[Records from a data collection]
■ ■ ■ ■ ■

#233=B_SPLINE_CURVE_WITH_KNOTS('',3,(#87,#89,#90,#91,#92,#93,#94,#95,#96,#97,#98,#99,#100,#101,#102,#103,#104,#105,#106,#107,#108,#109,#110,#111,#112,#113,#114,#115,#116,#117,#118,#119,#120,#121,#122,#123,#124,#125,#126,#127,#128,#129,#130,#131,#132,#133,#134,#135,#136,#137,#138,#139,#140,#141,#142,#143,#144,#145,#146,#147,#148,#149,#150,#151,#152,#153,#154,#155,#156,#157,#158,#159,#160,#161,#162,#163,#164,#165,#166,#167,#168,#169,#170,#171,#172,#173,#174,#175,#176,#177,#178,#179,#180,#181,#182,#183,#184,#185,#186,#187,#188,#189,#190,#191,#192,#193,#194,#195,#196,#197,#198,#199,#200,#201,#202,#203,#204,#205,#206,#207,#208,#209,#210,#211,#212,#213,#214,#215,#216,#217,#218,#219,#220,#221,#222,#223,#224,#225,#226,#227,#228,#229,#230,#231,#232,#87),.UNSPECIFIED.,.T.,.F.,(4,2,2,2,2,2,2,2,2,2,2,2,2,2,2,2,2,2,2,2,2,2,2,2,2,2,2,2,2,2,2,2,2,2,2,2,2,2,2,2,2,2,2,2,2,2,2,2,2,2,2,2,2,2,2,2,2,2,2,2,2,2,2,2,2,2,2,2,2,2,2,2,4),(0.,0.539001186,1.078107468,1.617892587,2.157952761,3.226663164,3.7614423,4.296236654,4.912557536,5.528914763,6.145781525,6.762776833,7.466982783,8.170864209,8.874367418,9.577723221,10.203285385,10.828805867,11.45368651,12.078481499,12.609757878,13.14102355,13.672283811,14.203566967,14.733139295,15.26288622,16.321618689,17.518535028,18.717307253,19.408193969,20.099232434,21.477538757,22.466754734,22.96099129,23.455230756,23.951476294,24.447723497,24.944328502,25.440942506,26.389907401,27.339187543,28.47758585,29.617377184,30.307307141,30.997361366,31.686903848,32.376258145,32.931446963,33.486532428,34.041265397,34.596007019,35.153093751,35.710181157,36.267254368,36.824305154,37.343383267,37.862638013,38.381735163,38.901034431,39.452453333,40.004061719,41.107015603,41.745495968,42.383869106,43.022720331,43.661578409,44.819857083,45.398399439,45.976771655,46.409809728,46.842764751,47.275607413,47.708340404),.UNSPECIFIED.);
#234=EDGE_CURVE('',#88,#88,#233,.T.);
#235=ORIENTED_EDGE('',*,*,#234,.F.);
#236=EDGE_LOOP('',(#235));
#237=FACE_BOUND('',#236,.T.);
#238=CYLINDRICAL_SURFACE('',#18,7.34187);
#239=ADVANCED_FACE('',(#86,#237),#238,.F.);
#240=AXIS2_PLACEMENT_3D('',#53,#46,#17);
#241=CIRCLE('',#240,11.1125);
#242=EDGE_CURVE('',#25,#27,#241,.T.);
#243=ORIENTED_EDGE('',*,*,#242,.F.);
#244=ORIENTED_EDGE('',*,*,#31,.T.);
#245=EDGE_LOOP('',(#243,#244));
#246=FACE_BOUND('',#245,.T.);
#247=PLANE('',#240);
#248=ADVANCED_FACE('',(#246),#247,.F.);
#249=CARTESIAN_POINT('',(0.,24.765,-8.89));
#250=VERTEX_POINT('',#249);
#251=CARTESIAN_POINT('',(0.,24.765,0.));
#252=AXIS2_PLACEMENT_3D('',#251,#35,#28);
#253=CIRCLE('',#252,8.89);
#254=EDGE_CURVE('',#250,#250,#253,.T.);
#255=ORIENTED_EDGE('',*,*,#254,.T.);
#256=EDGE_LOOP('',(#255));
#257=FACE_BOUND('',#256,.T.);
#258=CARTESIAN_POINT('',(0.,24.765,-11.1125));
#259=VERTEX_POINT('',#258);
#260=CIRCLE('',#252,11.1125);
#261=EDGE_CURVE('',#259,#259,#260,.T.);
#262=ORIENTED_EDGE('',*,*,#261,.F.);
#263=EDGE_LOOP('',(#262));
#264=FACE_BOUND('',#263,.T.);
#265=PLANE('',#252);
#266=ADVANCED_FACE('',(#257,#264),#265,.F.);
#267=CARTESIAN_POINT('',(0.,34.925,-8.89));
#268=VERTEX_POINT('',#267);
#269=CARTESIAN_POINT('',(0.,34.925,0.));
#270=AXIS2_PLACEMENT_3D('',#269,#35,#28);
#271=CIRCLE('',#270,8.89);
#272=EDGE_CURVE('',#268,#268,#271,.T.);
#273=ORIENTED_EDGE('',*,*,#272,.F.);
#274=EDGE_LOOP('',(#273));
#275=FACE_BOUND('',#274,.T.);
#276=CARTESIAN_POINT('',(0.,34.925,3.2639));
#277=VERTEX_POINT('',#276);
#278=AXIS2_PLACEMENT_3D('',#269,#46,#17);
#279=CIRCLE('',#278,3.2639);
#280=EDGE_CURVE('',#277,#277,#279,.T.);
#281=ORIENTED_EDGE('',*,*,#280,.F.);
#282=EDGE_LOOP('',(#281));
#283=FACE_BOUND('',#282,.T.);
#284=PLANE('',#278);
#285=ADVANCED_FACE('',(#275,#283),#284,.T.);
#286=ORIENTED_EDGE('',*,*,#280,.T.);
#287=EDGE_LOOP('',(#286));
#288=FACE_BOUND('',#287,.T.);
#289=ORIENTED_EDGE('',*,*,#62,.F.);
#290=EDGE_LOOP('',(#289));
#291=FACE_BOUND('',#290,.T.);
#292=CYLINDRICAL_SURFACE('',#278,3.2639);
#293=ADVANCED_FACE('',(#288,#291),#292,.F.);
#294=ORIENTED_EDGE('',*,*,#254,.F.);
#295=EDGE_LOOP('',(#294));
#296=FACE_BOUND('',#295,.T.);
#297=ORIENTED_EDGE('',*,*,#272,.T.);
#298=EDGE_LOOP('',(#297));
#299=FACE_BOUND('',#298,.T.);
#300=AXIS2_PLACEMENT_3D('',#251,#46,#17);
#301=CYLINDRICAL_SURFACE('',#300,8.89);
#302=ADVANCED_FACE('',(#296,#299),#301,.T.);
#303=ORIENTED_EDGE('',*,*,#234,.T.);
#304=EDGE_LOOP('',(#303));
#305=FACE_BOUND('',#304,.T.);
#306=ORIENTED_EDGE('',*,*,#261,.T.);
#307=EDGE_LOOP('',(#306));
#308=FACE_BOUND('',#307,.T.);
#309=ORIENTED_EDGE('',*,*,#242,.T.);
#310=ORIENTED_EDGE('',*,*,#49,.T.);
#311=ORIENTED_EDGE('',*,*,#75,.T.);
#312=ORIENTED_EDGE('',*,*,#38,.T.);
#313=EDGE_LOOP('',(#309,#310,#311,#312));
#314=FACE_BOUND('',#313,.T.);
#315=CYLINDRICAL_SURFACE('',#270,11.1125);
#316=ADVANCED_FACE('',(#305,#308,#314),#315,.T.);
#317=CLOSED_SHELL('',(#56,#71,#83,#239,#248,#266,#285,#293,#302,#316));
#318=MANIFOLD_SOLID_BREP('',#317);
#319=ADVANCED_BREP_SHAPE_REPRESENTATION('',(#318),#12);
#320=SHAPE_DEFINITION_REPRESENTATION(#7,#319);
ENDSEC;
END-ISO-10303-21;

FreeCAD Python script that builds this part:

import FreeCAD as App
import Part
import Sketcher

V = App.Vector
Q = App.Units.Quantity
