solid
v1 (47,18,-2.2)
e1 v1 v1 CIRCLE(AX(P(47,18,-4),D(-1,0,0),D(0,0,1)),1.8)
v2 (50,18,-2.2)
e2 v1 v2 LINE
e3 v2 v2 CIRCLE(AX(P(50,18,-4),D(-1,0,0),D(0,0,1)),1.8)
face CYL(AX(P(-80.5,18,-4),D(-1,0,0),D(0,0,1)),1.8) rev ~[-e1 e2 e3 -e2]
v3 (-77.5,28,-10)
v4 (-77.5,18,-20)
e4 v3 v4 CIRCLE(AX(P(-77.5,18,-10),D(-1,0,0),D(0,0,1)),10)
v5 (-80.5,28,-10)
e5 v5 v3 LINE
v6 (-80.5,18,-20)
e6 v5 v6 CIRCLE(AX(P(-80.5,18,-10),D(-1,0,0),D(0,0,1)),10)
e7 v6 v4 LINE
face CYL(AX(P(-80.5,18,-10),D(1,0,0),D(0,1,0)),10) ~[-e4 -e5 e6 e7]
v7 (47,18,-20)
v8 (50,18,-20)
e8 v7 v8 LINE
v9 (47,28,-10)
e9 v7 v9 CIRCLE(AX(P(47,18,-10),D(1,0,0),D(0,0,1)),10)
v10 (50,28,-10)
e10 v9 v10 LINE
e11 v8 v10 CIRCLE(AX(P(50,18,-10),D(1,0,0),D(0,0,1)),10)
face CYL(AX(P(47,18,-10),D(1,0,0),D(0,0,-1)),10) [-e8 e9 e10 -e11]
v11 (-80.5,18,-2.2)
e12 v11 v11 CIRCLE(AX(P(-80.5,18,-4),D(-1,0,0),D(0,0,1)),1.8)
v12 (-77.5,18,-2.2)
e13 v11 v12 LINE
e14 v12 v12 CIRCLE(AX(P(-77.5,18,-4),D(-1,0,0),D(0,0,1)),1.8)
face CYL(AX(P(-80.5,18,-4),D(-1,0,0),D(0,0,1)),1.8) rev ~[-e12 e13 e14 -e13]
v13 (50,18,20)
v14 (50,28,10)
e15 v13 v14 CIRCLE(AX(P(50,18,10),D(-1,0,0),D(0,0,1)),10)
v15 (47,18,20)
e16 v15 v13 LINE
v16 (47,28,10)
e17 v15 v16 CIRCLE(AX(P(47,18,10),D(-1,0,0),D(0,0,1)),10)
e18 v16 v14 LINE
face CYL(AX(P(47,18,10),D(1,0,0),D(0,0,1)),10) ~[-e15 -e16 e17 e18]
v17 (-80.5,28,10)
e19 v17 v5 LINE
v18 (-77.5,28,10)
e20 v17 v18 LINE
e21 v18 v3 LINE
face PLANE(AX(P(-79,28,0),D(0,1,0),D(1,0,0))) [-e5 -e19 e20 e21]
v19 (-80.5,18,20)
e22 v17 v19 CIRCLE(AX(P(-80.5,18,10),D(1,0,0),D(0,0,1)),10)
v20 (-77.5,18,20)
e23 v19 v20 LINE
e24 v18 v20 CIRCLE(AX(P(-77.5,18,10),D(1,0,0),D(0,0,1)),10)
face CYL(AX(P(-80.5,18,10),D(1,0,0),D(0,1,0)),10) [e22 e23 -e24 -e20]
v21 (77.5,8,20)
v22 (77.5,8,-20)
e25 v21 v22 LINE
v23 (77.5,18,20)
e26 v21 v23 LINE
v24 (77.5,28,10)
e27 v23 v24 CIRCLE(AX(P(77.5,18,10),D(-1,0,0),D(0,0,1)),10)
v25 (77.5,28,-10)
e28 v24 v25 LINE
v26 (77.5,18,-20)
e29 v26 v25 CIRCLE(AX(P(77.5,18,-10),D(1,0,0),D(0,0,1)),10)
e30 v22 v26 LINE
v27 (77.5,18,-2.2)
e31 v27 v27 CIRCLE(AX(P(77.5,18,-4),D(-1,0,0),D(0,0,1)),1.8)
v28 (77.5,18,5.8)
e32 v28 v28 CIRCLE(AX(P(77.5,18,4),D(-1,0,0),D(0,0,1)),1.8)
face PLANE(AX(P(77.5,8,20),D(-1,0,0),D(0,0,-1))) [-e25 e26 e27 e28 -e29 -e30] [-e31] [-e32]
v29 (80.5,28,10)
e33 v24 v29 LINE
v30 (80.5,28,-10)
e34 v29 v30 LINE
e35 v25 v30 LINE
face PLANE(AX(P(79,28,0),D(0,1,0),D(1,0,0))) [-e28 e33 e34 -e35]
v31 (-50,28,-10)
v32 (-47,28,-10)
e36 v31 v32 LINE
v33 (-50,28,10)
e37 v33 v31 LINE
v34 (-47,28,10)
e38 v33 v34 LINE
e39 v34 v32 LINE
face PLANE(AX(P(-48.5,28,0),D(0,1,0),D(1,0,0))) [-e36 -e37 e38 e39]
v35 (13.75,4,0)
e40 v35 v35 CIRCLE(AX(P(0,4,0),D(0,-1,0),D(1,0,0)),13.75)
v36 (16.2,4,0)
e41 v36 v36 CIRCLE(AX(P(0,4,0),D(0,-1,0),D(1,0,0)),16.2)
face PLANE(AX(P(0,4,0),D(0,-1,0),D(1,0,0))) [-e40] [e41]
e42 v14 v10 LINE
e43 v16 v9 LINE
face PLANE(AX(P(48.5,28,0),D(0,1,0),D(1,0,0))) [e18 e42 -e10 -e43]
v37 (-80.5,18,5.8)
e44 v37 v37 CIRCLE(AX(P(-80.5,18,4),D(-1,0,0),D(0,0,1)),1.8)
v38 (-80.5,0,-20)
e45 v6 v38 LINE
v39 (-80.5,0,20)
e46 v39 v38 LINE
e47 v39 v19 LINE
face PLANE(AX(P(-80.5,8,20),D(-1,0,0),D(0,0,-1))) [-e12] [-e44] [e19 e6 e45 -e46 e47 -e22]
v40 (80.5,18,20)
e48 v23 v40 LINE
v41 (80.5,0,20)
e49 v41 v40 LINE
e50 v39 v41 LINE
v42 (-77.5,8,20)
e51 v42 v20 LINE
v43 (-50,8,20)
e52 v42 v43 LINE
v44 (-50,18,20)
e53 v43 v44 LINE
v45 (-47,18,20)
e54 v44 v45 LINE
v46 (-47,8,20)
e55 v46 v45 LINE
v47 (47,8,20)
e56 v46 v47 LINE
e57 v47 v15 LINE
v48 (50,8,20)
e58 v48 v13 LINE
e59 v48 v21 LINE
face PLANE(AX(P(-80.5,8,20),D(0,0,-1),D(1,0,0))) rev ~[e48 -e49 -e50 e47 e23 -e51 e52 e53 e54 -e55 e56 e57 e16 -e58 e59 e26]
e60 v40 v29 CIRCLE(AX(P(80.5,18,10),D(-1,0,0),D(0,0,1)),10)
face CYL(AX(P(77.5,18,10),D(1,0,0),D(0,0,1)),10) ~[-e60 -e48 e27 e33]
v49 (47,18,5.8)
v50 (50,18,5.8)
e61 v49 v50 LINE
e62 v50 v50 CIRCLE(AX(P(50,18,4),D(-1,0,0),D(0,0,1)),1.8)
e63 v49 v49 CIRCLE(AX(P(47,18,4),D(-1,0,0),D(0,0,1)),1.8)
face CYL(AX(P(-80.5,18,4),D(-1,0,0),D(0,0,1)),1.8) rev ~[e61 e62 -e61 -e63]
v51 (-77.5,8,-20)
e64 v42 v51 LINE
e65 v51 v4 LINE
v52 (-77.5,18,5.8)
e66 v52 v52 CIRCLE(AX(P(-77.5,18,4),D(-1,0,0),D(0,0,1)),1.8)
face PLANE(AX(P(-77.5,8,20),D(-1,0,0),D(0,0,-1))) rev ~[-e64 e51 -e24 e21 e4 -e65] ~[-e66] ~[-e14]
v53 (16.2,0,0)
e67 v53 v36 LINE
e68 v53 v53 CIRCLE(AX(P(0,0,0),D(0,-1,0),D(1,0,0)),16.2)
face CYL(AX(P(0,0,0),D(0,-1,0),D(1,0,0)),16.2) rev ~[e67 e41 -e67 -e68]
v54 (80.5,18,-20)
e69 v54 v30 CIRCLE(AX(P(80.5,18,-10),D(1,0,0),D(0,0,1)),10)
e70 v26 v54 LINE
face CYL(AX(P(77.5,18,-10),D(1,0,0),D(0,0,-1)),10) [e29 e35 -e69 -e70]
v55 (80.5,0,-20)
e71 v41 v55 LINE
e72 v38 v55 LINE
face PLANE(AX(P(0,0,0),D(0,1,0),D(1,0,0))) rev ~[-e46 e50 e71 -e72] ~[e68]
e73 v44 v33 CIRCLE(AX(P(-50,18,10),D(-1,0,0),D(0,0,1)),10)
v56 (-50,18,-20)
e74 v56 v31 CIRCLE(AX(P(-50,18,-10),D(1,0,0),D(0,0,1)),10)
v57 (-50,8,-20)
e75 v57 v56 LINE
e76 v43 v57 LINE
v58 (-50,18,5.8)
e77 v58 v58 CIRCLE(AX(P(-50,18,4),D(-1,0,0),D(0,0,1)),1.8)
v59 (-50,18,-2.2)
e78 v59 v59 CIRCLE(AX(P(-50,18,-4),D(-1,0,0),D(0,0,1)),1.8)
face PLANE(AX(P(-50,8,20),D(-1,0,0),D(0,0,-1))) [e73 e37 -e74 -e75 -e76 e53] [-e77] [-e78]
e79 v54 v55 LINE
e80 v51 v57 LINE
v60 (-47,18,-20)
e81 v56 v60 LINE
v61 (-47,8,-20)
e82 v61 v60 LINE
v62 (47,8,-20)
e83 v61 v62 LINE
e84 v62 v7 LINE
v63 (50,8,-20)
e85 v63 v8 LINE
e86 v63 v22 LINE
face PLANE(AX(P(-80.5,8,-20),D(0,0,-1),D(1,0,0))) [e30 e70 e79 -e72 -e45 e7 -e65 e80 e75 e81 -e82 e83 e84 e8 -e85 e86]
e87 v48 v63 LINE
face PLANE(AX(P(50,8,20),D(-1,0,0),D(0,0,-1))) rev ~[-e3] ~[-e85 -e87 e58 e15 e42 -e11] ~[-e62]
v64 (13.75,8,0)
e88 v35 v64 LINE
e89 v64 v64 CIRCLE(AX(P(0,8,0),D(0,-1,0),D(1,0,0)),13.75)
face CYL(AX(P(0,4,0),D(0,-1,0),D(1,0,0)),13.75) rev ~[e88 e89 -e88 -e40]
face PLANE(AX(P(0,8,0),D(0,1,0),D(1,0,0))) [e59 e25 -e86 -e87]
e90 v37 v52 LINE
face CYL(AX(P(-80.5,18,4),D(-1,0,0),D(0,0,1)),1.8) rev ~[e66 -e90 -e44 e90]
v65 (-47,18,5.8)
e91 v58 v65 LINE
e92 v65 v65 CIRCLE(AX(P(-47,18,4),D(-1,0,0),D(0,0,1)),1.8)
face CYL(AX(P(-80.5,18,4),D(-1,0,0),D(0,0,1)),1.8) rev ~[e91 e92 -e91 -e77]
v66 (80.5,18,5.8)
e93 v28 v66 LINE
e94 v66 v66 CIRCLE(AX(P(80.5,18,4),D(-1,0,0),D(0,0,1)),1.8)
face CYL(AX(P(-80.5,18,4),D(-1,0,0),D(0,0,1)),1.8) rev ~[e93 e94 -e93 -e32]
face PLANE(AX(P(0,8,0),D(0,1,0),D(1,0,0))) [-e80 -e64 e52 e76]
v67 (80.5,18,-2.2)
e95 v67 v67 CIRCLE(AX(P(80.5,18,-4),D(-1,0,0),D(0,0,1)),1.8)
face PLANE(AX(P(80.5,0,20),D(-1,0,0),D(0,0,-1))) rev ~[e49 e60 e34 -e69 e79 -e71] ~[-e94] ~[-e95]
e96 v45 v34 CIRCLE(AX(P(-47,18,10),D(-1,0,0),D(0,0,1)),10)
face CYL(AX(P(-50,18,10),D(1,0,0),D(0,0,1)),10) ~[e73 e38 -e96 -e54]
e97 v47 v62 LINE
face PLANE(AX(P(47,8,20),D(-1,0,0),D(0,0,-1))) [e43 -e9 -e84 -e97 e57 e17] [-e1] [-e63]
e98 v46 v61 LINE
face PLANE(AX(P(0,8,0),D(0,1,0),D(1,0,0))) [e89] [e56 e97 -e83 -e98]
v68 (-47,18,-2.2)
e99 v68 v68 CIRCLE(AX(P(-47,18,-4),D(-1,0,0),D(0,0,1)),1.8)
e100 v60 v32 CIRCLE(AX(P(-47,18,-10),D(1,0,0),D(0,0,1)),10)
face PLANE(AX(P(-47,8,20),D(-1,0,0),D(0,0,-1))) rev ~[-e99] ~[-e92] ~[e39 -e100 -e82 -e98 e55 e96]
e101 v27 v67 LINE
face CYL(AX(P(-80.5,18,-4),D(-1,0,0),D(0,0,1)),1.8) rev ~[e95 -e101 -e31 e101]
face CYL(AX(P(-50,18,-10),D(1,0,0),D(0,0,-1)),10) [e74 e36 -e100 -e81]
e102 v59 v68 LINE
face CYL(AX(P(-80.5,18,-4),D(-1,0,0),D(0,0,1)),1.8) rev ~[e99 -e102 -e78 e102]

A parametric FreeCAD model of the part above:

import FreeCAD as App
import Part
import Sketcher
from FreeCAD import Vector


def edges_at(feature, points):
    """Names of the edges that pass closest to the given points."""
    edges = feature.Shape.Edges
    near = lambda p: min(range(len(edges)), key=lambda i: edges[i].distToShape(Part.Vertex(*p))[0])
    return sorted({f"Edge{near(p) + 1}" for p in points})


def add_polygon(sketch, points):
    """Adds a closed chain of lines whose ends are joined by coincident constraints."""
    first, n = sketch.GeometryCount, len(points)
    for a, b in zip(points, points[1:] + points[:1]):
        sketch.addGeometry(Part.LineSegment(App.Vector(*a, 0), App.Vector(*b, 0)), False)
    for i in range(n):
        sketch.addConstraint(Sketcher.Constraint("Coincident", first + i, 2, first + (i + 1) % n, 1))

doc = App.newDocument("Part")
body = doc.addObject("PartDesign::Body", "Body")

# Sketch on XZ plane
sketch1 = body.newObject("Sketcher::SketchObject", "Sketch")
sketch1.AttachmentSupport = (doc.getObject("XZ_Plane"), [""])
sketch1.MapMode = "FlatFace"
add_polygon(sketch1, [(-80.5, -20), (-80.5, 20), (80.5, 20), (80.5, -20)])  # lines 0-3
sketch1.addConstraint(Sketcher.Constraint("Vertical", 0))
sketch1.addConstraint(Sketcher.Constraint("Horizontal", 1))
sketch1.addConstraint(Sketcher.Constraint("Vertical", 2))
sketch1.addConstraint(Sketcher.Constraint("Horizontal", 3))
sketch1.addConstraint(Sketcher.Constraint("Symmetric", 0, 2, 2, 2, -1, 1))
sketch1.addConstraint(Sketcher.Constraint("DistanceX", 1, 1, 1, 2, 161.0))
sketch1.addConstraint(Sketcher.Constraint("DistanceY", 0, 1, 0, 2, 40.0))
pad1 = body.newObject("PartDesign::Pad", "Pad")
pad1.Profile = sketch1
pad1.Length = 8
pad1.Reversed = True

# Sketch on XZ plane
sketch2 = body.newObject("Sketcher::SketchObject", "Sketch001")
sketch2.AttachmentSupport = (doc.getObject("XZ_Plane"), [""])
sketch2.MapMode = "FlatFace"
sketch2.AttachmentOffset = App.Placement(Vector(0, 0, -8), App.Rotation())
add_polygon(sketch2, [(-50, -20), (-50, 20), (-47, 20), (-47, -20)])  # lines 0-3
add_polygon(sketch2, [(-80.5, -20), (-80.5, 20), (-77.5, 20), (-77.5, -20)])  # lines 4-7
add_polygon(sketch2, [(77.5, -20), (77.5, 20), (80.5, 20), (80.5, -20)])  # lines 8-11
add_polygon(sketch2, [(47, -20), (47, 20), (50, 20), (50, -20)])  # lines 12-15
sketch2.addConstraint(Sketcher.Constraint("Vertical", 0))
sketch2.addConstraint(Sketcher.Constraint("Horizontal", 1))
sketch2.addConstraint(Sketcher.Constraint("Vertical", 2))
sketch2.addConstraint(Sketcher.Constraint("Horizontal", 3))
sketch2.addConstraint(Sketcher.Constraint("Vertical", 4))
sketch2.addConstraint(Sketcher.Constraint("Horizontal", 5))
sketch2.addConstraint(Sketcher.Constraint("Vertical", 6))
sketch2.addConstraint(Sketcher.Constraint("Horizontal", 7))
sketch2.addConstraint(Sketcher.Constraint("Vertical", 8))
sketch2.addConstraint(Sketcher.Constraint("Horizontal", 9))
sketch2.addConstraint(Sketcher.Constraint("Vertical", 10))
sketch2.addConstraint(Sketcher.Constraint("Horizontal", 11))
sketch2.addConstraint(Sketcher.Constraint("Vertical", 12))
sketch2.addConstraint(Sketcher.Constraint("Horizontal", 13))
sketch2.addConstraint(Sketcher.Constraint("Vertical", 14))
sketch2.addConstraint(Sketcher.Constraint("Horizontal", 15))
sketch2.addConstraint(Sketcher.Constraint("Symmetric", 6, 2, 8, 2, -1, 1))
sketch2.addConstraint(Sketcher.Constraint("Symmetric", 4, 2, 10, 2, -1, 1))
sketch2.addConstraint(Sketcher.Constraint("Symmetric", 2, 2, 12, 2, -1, 1))
sketch2.addConstraint(Sketcher.Constraint("Symmetric", 0, 2, 14, 2, -1, 1))
sketch2.addConstraint(Sketcher.Constraint("Horizontal", 1, 2, 4, 2))
sketch2.addConstraint(Sketcher.Constraint("Horizontal", 3, 2, 6, 2))
sketch2.addConstraint(Sketcher.Constraint("Horizontal", 5, 2, 8, 2))
sketch2.addConstraint(Sketcher.Constraint("Equal", 3, 5))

■ ■ ■ ■ ■

From the data above, output only the lines between the line containing "e49 v41 v40 LINE" and the line containing "e59 v48 v21 LINE", inclusive, exactly as written.

-- RESPONSE --
e49 v41 v40 LINE
e50 v39 v41 LINE
v42 (-77.5,8,20)
e51 v42 v20 LINE
v43 (-50,8,20)
e52 v42 v43 LINE
v44 (-50,18,20)
e53 v43 v44 LINE
v45 (-47,18,20)
e54 v44 v45 LINE
v46 (-47,8,20)
e55 v46 v45 LINE
v47 (47,8,20)
e56 v46 v47 LINE
e57 v47 v15 LINE
v48 (50,8,20)
e58 v48 v13 LINE
e59 v48 v21 LINE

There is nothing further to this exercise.